Google age bias suit reaches California Supreme Court - grellas
http://www.mercurynews.com/breaking-news/ci_15148451

======
btilly
I wasn't around Google 8 years ago. But I can verify that today Google is
perfectly fine for older workers. The guy who sits next to me is in his 50s.
Absolutely _nobody_ doubts his abilities. Nor does he have any complains about
how he is treated. And the last guy I helped interview who got hired (I'm not
sure for what team, hopefully for ours), is of similar vintage and I believe
will work out well.

The one warning I'll give to older programmers who want to come to Google is
that everyone codes here. There is an attitude that some people get after
decades in the working world. That attitude is, "I'm so senior and experienced
that it makes no sense for me to actually do something so menial as write
code." If you have that attitude, then Google won't have a place for you.
There is no such thing as a non-coding software architect here.
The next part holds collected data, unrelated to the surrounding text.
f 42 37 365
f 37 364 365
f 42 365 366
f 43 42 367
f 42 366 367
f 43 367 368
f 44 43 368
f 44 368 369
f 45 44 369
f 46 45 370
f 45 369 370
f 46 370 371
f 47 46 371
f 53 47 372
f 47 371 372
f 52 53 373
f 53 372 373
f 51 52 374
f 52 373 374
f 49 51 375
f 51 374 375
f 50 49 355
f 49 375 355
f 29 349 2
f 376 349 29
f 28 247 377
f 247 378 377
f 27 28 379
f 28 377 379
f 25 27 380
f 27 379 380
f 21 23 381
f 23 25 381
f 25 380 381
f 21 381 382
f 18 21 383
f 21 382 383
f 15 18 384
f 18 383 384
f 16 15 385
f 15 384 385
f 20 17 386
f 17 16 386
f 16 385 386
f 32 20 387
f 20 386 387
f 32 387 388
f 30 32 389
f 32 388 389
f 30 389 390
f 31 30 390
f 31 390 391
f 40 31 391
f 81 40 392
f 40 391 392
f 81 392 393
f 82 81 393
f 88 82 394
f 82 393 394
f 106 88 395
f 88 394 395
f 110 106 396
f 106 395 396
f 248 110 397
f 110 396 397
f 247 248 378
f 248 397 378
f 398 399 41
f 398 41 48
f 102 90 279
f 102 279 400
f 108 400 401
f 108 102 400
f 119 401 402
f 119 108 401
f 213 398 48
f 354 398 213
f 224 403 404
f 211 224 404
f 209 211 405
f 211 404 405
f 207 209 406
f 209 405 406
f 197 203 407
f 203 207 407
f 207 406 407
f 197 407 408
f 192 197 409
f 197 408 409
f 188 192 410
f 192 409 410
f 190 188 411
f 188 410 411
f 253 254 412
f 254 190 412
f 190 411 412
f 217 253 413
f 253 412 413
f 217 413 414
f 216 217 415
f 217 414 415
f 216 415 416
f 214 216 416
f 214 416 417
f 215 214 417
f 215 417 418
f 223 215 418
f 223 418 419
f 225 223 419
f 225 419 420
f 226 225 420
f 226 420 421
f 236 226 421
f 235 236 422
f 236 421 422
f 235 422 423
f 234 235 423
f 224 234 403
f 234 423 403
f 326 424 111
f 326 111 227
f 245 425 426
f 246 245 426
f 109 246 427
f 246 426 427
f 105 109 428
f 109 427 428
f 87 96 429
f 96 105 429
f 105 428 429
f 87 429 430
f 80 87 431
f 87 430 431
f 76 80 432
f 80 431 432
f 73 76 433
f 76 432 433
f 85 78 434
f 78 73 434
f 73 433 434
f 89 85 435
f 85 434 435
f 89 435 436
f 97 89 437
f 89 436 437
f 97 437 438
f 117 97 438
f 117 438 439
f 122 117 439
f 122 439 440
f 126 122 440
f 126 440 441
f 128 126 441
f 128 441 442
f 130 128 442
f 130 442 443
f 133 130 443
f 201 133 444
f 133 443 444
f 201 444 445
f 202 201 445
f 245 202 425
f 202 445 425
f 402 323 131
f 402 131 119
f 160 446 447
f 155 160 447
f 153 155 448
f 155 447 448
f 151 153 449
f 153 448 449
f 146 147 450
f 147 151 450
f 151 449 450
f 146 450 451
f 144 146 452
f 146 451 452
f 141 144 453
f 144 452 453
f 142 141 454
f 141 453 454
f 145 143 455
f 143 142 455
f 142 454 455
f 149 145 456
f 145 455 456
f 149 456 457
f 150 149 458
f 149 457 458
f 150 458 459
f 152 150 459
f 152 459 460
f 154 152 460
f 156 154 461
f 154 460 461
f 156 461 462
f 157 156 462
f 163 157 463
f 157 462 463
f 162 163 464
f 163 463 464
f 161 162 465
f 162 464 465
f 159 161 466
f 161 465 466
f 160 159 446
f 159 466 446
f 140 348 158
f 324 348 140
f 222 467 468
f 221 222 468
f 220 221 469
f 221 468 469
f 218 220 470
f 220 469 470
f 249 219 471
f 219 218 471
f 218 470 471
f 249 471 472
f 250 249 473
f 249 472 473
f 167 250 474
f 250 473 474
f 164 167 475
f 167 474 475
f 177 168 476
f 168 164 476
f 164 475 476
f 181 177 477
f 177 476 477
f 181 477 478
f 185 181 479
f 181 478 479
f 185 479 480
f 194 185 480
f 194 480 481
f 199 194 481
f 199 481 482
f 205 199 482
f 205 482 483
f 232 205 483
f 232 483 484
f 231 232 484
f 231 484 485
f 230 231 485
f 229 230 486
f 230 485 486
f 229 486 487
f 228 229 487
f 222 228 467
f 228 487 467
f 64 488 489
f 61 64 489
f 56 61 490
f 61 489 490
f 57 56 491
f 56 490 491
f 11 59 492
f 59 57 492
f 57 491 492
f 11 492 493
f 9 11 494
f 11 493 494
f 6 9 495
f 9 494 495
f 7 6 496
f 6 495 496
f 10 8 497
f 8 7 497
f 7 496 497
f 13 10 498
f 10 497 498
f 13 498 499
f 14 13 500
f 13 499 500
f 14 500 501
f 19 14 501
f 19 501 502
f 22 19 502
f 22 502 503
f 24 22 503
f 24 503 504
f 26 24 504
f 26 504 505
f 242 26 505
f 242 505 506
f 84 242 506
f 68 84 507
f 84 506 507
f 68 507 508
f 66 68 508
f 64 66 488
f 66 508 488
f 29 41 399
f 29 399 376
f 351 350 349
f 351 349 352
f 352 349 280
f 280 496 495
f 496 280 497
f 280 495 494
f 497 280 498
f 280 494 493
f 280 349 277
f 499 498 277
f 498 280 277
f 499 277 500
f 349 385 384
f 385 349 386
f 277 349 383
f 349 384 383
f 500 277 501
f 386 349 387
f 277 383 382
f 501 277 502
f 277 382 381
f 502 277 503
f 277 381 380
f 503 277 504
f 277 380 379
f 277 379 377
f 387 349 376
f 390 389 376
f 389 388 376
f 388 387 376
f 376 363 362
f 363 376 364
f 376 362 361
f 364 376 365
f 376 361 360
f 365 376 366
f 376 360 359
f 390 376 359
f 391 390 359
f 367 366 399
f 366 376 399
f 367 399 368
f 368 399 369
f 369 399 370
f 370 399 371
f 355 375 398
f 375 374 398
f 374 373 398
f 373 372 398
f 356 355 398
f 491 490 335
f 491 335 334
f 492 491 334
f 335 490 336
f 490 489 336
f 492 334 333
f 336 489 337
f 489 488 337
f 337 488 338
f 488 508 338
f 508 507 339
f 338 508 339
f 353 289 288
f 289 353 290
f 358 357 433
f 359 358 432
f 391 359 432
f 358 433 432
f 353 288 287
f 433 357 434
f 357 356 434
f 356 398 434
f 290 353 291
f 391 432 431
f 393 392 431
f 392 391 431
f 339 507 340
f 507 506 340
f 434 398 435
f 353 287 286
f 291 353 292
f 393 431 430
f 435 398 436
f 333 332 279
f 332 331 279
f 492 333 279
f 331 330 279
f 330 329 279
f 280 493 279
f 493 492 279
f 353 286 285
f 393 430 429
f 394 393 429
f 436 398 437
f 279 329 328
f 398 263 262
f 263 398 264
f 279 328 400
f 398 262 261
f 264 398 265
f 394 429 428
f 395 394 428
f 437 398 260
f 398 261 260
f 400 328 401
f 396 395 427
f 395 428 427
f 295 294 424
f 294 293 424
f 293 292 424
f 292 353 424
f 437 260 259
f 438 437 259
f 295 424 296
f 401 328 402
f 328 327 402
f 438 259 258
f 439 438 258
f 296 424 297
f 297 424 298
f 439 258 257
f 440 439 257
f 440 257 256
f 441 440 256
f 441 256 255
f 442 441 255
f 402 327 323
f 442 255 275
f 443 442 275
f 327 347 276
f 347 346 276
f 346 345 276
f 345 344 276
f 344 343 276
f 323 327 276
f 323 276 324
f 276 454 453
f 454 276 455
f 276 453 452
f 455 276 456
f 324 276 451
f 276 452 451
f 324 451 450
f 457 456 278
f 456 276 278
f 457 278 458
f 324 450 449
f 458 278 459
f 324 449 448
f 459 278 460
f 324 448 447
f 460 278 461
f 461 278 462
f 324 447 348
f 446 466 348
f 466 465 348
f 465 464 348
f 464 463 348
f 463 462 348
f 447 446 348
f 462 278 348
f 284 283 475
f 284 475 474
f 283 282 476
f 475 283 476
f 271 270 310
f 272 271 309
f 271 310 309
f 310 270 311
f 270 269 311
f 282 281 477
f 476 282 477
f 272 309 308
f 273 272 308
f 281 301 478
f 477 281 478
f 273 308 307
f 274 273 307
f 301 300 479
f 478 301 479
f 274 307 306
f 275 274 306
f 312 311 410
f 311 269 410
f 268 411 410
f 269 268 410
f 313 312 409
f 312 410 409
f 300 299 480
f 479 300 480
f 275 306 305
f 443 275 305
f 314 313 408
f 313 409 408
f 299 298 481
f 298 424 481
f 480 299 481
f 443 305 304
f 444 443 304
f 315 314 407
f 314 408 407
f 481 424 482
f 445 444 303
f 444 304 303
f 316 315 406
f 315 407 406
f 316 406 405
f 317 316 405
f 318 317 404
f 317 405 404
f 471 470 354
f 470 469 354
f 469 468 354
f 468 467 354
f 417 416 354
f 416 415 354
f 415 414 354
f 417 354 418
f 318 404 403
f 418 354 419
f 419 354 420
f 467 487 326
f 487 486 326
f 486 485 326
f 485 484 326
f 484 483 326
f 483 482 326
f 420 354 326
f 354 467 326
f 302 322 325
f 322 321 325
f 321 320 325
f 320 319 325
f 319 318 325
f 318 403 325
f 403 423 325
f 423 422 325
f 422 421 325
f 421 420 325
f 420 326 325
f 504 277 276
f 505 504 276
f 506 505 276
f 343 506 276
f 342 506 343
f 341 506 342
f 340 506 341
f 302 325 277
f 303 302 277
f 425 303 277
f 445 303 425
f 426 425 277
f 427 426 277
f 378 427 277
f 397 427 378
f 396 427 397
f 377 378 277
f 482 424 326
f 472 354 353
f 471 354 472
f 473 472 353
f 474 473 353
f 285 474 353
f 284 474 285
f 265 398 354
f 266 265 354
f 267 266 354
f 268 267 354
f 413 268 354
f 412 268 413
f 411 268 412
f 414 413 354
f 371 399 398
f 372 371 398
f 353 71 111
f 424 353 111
But if you have experience, ability, understand algorithms, and are willing to
code, then Google can be a very friendly place indeed. People here are very
aware of the difference between one year of experience 10 times, and 10 years
of experience. The former has no place here. The latter is highly valued. And
20 years of experience is even more highly valued.

(Disclaimer: I'm only 40, and have only been in the software world a dozen
years.)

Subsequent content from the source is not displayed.